[INPUT RECORDS]:
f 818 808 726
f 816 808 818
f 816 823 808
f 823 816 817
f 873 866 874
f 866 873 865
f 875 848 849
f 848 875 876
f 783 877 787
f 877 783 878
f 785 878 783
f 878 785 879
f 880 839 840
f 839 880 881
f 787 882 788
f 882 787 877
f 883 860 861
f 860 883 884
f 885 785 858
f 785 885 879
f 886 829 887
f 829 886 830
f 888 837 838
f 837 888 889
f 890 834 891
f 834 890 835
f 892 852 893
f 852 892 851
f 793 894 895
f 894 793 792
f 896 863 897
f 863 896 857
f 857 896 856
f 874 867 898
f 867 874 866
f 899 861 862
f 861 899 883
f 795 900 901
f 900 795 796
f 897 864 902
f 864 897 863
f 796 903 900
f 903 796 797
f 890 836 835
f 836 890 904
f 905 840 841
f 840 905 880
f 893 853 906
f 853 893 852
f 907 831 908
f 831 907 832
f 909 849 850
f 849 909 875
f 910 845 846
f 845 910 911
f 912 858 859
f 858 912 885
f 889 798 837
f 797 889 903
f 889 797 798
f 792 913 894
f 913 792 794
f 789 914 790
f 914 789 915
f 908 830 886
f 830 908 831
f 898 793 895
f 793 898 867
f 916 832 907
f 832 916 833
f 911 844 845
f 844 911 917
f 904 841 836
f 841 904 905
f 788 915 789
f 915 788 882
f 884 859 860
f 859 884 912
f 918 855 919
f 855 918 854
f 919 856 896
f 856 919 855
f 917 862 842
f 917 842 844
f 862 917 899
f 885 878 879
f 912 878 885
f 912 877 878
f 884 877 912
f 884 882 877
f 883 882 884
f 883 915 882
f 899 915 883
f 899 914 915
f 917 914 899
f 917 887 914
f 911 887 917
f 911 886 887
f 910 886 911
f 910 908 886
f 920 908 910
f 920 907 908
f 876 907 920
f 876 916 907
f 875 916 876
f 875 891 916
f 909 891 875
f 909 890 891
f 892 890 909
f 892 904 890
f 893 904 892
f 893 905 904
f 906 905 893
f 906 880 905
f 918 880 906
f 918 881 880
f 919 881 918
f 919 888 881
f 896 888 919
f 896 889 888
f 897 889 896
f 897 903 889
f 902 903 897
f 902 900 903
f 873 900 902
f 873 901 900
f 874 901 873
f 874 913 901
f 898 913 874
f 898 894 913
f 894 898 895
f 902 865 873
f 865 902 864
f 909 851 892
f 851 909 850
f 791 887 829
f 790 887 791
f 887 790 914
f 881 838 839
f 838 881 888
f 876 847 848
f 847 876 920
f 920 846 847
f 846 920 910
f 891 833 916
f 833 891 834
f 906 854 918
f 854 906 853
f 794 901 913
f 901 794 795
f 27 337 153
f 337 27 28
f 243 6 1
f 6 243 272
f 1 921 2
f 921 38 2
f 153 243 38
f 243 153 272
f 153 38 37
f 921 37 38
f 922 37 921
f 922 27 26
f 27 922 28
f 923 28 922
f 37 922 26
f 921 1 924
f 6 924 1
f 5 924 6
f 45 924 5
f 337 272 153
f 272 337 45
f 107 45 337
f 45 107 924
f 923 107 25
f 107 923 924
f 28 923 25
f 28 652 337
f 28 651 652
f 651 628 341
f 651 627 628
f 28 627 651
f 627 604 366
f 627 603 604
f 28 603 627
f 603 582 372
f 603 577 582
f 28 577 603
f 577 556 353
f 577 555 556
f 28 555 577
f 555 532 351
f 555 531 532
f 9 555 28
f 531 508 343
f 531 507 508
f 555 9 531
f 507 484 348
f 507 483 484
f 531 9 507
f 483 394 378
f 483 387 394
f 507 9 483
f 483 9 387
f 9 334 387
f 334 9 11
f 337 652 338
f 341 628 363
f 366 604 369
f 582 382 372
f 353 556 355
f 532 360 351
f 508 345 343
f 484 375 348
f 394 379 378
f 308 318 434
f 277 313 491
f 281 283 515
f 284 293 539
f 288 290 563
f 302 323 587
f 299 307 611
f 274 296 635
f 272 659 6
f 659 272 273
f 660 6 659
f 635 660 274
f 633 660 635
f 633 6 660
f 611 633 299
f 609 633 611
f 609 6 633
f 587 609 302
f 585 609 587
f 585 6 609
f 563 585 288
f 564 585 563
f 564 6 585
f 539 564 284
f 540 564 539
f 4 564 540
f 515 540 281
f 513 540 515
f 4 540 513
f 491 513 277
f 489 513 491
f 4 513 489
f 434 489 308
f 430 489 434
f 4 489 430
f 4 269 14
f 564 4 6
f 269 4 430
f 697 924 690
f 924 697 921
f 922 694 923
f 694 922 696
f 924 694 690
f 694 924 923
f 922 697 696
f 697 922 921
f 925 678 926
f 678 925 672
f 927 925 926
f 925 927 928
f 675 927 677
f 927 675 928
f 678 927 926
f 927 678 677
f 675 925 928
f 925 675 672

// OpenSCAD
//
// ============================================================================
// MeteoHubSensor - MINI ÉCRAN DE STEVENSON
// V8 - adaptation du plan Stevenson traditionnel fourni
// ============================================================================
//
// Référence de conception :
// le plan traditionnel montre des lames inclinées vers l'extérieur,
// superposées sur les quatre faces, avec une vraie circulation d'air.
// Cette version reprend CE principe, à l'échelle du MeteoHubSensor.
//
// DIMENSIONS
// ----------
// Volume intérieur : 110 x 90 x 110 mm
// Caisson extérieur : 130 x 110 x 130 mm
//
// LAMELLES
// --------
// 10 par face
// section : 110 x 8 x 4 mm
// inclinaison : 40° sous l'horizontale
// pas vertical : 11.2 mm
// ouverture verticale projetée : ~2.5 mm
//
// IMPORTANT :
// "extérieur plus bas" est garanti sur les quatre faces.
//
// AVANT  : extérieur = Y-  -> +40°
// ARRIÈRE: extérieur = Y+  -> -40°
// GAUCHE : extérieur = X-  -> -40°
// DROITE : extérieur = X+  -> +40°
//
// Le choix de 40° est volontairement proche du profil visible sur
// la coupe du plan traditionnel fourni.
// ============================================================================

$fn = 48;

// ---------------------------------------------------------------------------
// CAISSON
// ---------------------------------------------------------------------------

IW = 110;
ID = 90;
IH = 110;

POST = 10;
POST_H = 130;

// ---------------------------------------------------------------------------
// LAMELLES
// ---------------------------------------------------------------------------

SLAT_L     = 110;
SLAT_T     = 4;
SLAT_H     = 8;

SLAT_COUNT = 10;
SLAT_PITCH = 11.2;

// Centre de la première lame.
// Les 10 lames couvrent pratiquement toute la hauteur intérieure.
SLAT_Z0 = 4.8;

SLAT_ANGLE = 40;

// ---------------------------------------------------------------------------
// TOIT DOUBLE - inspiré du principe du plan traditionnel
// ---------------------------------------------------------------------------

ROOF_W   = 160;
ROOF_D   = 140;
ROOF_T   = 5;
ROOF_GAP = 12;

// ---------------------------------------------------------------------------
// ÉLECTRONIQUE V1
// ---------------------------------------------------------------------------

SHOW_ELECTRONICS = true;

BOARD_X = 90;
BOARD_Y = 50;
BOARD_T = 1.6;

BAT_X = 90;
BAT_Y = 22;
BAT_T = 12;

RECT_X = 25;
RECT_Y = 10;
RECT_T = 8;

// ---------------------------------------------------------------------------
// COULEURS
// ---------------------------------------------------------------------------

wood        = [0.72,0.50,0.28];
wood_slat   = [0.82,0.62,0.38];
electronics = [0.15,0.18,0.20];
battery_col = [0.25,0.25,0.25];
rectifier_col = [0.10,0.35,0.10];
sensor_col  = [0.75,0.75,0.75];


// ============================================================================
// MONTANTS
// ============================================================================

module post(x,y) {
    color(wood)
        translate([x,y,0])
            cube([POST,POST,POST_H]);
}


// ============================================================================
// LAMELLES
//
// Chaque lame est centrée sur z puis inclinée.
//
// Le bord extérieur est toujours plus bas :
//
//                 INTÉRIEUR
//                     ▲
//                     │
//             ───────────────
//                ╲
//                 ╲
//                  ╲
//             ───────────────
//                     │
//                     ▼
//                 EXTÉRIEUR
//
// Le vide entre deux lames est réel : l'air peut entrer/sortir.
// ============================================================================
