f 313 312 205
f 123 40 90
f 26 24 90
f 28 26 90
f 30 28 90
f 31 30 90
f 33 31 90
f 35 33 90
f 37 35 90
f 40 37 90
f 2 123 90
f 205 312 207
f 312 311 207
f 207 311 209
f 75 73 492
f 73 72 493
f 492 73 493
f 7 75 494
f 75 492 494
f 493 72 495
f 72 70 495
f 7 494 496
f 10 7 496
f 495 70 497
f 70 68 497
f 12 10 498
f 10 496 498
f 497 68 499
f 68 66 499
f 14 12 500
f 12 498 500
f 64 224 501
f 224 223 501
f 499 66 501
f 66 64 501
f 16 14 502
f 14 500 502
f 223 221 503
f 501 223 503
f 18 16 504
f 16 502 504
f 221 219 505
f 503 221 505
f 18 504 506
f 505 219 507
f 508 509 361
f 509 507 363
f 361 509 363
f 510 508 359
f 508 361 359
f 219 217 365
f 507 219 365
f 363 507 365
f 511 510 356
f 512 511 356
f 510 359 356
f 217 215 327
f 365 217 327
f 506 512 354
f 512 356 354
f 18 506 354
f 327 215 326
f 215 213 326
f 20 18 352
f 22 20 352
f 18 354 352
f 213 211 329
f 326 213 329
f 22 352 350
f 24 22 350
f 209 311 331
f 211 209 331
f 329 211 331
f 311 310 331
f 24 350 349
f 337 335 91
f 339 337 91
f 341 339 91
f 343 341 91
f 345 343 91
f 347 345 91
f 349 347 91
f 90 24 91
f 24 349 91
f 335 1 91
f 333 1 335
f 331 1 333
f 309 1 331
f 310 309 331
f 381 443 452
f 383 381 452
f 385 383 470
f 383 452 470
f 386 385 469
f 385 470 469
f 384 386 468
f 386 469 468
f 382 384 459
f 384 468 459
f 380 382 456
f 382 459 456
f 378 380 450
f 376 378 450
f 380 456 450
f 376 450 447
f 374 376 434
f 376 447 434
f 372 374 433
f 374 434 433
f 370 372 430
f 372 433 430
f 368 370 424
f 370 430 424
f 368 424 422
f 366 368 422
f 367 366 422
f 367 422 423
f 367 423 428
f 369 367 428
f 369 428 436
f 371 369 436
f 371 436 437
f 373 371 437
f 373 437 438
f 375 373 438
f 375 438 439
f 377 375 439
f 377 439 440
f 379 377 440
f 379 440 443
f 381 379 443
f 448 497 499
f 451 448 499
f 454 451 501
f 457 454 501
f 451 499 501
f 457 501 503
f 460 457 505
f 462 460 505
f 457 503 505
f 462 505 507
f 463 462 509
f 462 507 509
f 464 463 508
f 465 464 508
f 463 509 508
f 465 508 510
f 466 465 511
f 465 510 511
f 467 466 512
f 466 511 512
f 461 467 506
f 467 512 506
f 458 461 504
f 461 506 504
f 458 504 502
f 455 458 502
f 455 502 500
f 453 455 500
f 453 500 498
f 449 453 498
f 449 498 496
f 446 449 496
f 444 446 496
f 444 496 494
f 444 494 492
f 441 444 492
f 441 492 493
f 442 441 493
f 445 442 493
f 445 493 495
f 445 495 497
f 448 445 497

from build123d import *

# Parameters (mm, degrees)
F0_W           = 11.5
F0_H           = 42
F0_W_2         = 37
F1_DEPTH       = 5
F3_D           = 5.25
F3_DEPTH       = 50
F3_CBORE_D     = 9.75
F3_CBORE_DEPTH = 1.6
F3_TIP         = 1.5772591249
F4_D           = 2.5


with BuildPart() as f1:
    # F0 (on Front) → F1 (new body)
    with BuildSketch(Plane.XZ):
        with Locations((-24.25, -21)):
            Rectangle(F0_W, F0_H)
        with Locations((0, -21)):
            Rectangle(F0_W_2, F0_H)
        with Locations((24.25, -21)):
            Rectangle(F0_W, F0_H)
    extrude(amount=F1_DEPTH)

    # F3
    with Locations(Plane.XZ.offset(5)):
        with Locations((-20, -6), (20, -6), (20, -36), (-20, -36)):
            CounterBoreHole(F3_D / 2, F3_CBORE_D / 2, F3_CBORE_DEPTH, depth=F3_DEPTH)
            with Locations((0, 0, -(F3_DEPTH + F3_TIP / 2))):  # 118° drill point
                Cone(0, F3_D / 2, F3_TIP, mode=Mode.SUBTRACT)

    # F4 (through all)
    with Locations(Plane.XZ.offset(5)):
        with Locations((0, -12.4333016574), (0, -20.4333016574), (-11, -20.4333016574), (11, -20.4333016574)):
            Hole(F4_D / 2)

[WHAT NEEDS TO BE DONE]: Every line above that includes "plus" counts toward one total; give that total by itself.

[WRITTEN SOLUTION]: 2